The probability of people wanting to move within Amsterdam decreases with age and is an important factor across all ethnicities. The risk for native Dutch to state a moving wish within the city (versus staying in their current dwelling) is 61 percent lower for middle aged people and 78 percent lower for old people compared to the young (controlling for the other variables). Interestingly, old non-Western migrants are more inclined to move within Amsterdam than their native counterparts with a 60 percent lower risk to move (versus “stay”) relative to young non-Westerners. This could possibly be attributed to their overrepresentation in the social housing sector and the resulting higher level of dissatisfaction with their housing situation. At the same time older natives and Western migrants could already have found housing that suits their needs by renting in pricier segments or buying a house or an apartment.

Whether the respondents are male or female is statistically insignificant for almost all the groups and their preferred moving destinations with a few exceptions. Notably, there are low levels of significance indicating that non-Western women are more inclined to move within Amsterdam (relative to “stay”), native woman have a stronger wish to move to the suburbs while having lower preference for long-distance moves than their respective male counterparts.

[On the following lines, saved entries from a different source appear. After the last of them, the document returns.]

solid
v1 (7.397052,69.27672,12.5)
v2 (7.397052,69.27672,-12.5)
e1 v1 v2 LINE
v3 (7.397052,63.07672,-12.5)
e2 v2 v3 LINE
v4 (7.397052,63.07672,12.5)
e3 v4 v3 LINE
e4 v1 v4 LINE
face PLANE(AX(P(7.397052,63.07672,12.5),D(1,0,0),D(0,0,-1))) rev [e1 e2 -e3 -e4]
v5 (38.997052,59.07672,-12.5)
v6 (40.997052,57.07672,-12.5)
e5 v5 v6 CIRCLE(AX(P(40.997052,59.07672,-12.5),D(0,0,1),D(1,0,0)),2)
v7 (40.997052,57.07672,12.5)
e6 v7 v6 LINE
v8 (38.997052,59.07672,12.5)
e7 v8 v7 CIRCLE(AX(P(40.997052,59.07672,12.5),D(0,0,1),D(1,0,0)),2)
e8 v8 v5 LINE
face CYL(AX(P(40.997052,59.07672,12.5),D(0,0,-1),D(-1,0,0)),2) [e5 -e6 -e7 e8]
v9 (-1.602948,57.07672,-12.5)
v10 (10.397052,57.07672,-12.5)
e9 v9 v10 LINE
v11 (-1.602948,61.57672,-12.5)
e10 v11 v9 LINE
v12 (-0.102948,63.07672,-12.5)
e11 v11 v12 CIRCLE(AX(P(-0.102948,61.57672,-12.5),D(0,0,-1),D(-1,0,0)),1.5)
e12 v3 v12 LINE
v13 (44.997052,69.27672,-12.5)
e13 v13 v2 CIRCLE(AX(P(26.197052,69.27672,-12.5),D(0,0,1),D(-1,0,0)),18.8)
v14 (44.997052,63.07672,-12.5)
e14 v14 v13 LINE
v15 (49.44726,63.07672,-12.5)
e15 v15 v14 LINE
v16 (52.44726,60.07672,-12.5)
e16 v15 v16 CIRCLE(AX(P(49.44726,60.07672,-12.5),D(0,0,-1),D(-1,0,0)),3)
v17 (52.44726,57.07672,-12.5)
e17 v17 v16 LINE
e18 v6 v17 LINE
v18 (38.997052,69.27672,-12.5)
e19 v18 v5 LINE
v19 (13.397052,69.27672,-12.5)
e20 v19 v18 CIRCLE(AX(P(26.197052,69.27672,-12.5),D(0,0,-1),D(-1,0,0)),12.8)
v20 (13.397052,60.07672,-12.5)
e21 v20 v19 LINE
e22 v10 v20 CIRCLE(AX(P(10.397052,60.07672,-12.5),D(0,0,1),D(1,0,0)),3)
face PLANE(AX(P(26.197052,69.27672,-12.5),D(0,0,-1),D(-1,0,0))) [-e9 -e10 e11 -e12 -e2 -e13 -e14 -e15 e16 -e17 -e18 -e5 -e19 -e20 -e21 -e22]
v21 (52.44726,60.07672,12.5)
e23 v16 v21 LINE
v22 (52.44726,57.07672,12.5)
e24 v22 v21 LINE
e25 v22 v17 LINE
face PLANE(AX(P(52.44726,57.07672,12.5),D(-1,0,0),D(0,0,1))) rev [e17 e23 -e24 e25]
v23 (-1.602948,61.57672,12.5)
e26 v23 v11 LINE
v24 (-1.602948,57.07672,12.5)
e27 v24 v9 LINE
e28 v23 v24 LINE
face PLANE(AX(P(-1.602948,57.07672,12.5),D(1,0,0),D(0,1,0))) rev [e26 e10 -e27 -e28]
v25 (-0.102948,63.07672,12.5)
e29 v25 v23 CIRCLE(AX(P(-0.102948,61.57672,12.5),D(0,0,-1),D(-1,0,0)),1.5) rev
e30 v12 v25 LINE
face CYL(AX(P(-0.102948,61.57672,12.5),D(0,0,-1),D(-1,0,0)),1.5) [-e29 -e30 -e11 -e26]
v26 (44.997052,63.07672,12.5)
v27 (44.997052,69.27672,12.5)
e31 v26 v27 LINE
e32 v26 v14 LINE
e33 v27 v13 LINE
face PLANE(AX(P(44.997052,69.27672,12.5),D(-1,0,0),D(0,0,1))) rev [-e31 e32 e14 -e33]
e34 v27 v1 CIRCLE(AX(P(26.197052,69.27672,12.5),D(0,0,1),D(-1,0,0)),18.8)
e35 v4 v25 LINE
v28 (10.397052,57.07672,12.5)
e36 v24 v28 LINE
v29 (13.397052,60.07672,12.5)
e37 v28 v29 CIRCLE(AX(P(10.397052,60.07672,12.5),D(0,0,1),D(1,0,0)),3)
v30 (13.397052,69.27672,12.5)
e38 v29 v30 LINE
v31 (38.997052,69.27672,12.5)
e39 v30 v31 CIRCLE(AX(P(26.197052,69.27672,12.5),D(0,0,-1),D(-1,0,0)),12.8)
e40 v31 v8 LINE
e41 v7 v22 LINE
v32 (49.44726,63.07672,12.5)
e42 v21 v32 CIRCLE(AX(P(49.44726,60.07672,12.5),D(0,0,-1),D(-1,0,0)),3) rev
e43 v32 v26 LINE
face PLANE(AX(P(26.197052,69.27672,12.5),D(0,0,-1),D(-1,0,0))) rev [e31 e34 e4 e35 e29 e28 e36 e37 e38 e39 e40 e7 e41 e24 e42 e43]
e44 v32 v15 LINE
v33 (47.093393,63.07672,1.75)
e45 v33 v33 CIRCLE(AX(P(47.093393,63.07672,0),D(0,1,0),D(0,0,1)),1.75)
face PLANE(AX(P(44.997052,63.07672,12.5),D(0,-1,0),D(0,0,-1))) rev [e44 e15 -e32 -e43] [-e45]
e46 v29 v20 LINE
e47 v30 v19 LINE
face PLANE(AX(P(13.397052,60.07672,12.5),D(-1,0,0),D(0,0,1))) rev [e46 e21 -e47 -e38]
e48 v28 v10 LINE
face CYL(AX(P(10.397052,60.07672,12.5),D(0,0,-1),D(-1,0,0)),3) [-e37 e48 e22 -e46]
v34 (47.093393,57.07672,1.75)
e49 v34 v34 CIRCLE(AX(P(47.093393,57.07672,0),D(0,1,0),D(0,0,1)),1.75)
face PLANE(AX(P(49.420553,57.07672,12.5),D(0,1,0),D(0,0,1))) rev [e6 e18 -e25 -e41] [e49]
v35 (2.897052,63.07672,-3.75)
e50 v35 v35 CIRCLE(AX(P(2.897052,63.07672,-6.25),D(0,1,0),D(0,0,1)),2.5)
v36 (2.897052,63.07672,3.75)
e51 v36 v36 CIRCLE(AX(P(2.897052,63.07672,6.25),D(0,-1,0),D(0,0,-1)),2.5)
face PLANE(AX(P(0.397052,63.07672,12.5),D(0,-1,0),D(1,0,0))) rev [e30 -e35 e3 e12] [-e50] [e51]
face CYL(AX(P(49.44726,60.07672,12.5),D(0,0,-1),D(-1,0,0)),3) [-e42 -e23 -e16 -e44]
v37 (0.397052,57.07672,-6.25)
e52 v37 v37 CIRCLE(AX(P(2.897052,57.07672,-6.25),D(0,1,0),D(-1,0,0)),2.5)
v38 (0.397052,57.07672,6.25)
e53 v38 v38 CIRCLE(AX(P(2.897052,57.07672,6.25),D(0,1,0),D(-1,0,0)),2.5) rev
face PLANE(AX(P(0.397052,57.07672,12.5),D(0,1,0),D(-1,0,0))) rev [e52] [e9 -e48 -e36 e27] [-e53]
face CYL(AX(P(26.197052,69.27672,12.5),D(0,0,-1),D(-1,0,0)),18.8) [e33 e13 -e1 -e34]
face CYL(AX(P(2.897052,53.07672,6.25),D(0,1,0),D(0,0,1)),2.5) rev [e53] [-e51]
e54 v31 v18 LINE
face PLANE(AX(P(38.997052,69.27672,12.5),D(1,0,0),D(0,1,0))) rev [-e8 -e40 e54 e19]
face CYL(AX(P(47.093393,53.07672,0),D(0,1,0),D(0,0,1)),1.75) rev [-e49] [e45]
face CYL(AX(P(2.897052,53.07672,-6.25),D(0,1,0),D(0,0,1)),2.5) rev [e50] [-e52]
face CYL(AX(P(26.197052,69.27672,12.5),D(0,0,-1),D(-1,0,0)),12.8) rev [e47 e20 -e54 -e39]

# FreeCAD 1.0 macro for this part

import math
import FreeCAD as App
import Part
import Sketcher
from FreeCAD import Vector


def edges_at(feature, points):
    """Names of the edges that pass closest to the given points."""
    edges = feature.Shape.Edges
    near = lambda p: min(range(len(edges)), key=lambda i: edges[i].distToShape(Part.Vertex(*p))[0])
    return sorted({f"Edge{near(p) + 1}" for p in points})

doc = App.newDocument("Part")
body = doc.addObject("PartDesign::Body", "Body")

# Sketch on XY plane
sketch1 = body.newObject("Sketcher::SketchObject", "Sketch")
sketch1.AttachmentSupport = (doc.getObject("XY_Plane"), [""])
sketch1.MapMode = "FlatFace"
sketch1.addGeometry([
    Part.ArcOfCircle(Part.Circle(Vector(10.4, 60.1, 0), Vector(0, 0, 1), 3), math.radians(-90), math.radians(0)),  # 0
    Part.LineSegment(Vector(13.4, 60.1, 0), Vector(13.4, 69.3, 0)),  # 1
    Part.ArcOfCircle(Part.Circle(Vector(26.2, 69.3, 0), Vector(0, 0, 1), 12.8), math.radians(0), math.radians(180)),  # 2
    Part.LineSegment(Vector(39, 69.3, 0), Vector(39, 59.1, 0)),  # 3
    Part.ArcOfCircle(Part.Circle(Vector(41, 59.1, 0), Vector(0, 0, 1), 2), math.radians(180), math.radians(270)),  # 4
    Part.LineSegment(Vector(41, 57.1, 0), Vector(52.4, 57.1, 0)),  # 5
    Part.LineSegment(Vector(52.4, 57.1, 0), Vector(52.4, 63.1, 0)),  # 6
    Part.LineSegment(Vector(52.4, 63.1, 0), Vector(45, 63.1, 0)),  # 7
    Part.LineSegment(Vector(45, 63.1, 0), Vector(45, 69.3, 0)),  # 8
    Part.ArcOfCircle(Part.Circle(Vector(26.2, 69.3, 0), Vector(0, 0, 1), 18.8), math.radians(0), math.radians(180)),  # 9
    Part.LineSegment(Vector(7.4, 69.3, 0), Vector(7.4, 63.1, 0)),  # 10
    Part.LineSegment(Vector(7.4, 63.1, 0), Vector(-1.6, 63.1, 0)),  # 11
    Part.LineSegment(Vector(-1.6, 63.1, 0), Vector(-1.6, 57.1, 0)),  # 12
    Part.LineSegment(Vector(-1.6, 57.1, 0), Vector(10.4, 57.1, 0)),  # 13
], False)
sketch1.addConstraint([
    Sketcher.Constraint("Tangent", 0, 2, 1, 1),
    Sketcher.Constraint("Tangent", 1, 2, 2, 2),
    Sketcher.Constraint("Tangent", 2, 1, 3, 1),
    Sketcher.Constraint("Tangent", 3, 2, 4, 1),
    Sketcher.Constraint("Tangent", 4, 2, 5, 1),
    Sketcher.Constraint("Coincident", 5, 2, 6, 1),
    Sketcher.Constraint("Coincident", 6, 2, 7, 1),
    Sketcher.Constraint("Coincident", 7, 2, 8, 1),
    Sketcher.Constraint("Tangent", 8, 2, 9, 1),
    Sketcher.Constraint("Tangent", 9, 2, 10, 1),
    Sketcher.Constraint("Coincident", 10, 2, 11, 1),
    Sketcher.Constraint("Coincident", 11, 2, 12, 1),
    Sketcher.Constraint("Coincident", 12, 2, 13, 1),
    Sketcher.Constraint("Tangent", 13, 2, 0, 1),
    Sketcher.Constraint("Vertical", 1),
    Sketcher.Constraint("Vertical", 3),
    Sketcher.Constraint("Horizontal", 5),
    Sketcher.Constraint("Vertical", 6),
    Sketcher.Constraint("Horizontal", 7),
    Sketcher.Constraint("Vertical", 8),
    Sketcher.Constraint("Vertical", 10),
    Sketcher.Constraint("Horizontal", 11),
    Sketcher.Constraint("Vertical", 12),
    Sketcher.Constraint("Horizontal", 13),
    Sketcher.Constraint("Coincident", 9, 3, 2, 3),
    Sketcher.Constraint("Horizontal", 7, 2, 10, 2),
    Sketcher.Constraint("Horizontal", 5, 2, 12, 2),
    Sketcher.Constraint("Radius", 0, 3.0),
    Sketcher.Constraint("Radius", 4, 2.0),
    Sketcher.Constraint("Radius", 2, 12.8),
    Sketcher.Constraint("Radius", 9, 18.8),
    Sketcher.Constraint("DistanceX", 11, 2, 11, 1, 9.0),
    Sketcher.Constraint("DistanceY", 6, 1, 6, 2, 6.0),
    Sketcher.Constraint("DistanceY", 1, 1, 1, 2, 9.2),
    Sketcher.Constraint("DistanceX", 5, 1, 5, 2, 11.450209),
    Sketcher.Constraint("DistanceX", -1, 1, 0, 3, 10.397052),
    Sketcher.Constraint("DistanceY", -1, 1, 0, 3, 60.07672),
])
pad1 = body.newObject("PartDesign::Pad", "Pad")
pad1.Profile = sketch1
pad1.Length = 25
pad1.Midplane = True

# Sketch on XZ plane
sketch2 = body.newObject("Sketcher::SketchObject", "Sketch001")
sketch2.AttachmentSupport = (doc.getObject("XZ_Plane"), [""])
sketch2.MapMode = "FlatFace"
sketch2.AttachmentOffset = App.Placement(Vector(0, 0, -63.07672), App.Rotation())
sketch2.addGeometry([
    Part.Circle(Vector(2.9, -6.2, 0), Vector(0, 0, 1), 2.5),
    Part.Circle(Vector(2.9, 6.2, 0), Vector(0, 0, 1), 2.5),
    Part.Circle(Vector(47.1, 0, 0), Vector(0, 0, 1), 1.8),
], False)
sketch2.addConstraint([
    Sketcher.Constraint("Equal", 0, 1),
    Sketcher.Constraint("Symmetric", 0, 3, 1, 3, -1),
    Sketcher.Constraint("PointOnObject", 2, 3, -1),
    Sketcher.Constraint("Diameter", 0, 5.0),
    Sketcher.Constraint("Diameter", 2, 3.5),
    Sketcher.Constraint("DistanceY", 0, 3, 1, 3, 12.5),
    Sketcher.Constraint("DistanceX", -1, 1, 0, 3, 2.897052),
    Sketcher.Constraint("DistanceX", 0, 3, 2, 3, 44.196342),
])
pocket1 = body.newObject("PartDesign::Pocket", "Pocket")
pocket1.Profile = sketch2
pocket1.Length = 10
pocket1.Reversed = True
doc.recompute()

fillet = body.newObject("PartDesign::Fillet", "Fillet")
fillet.Base = (pocket1, edges_at(pocket1, [(52.447, 63.077, 0)]))
fillet.Radius = 3
doc.recompute()

fillet2 = body.newObject("PartDesign::Fillet", "Fillet001")
fillet2.Base = (fillet, edges_at(fillet, [(-1.603, 63.077, 0)]))
fillet2.Radius = 1.5

doc.recompute()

With higher levels of education people are increasingly inclined to move. There is 67 percent higher chance for highly educated native Dutch of wanting to move within Amsterdam compared with lower educated natives. Interestingly, the effect of education on natives preferring the suburbs as place of residence is insignificant. An urban lifestyle might especially appeal to highly educated natives (van Diepen & Musterd 2009) while less educated natives are in equal parts tied to suburban living (Karsten 2007). For non-Western migrants, on the other hand, education increases the propensity to move to the suburbs significantly as highly educated non-Westerners are 173 percent more likely to state their inclination to move there than their lower educated counterparts. This pinpoints to the interpretation that living in the suburbs is a particularly aspired goal for the social climbers among non-Western migrants in contrast to natives and western migrants where such an effect cannot be observed. Highly educated people among all ethnic groups are about three times more likely (relative to the lower educated) to state a preference for long-distance moves, which are commonly considered to be job related.

There is little to no significance indicating that higher income increases the moving propensity of Western and non-Western migrants. In contrast, native Dutch in the highest income category are 36 percent more likely to move within Amsterdam and 63 percent more likely to move to the suburbs than natives in the lowest income category. Long-distance moves are not more likely for the high-earners in relation to the lowest income categories across all ethnic groups.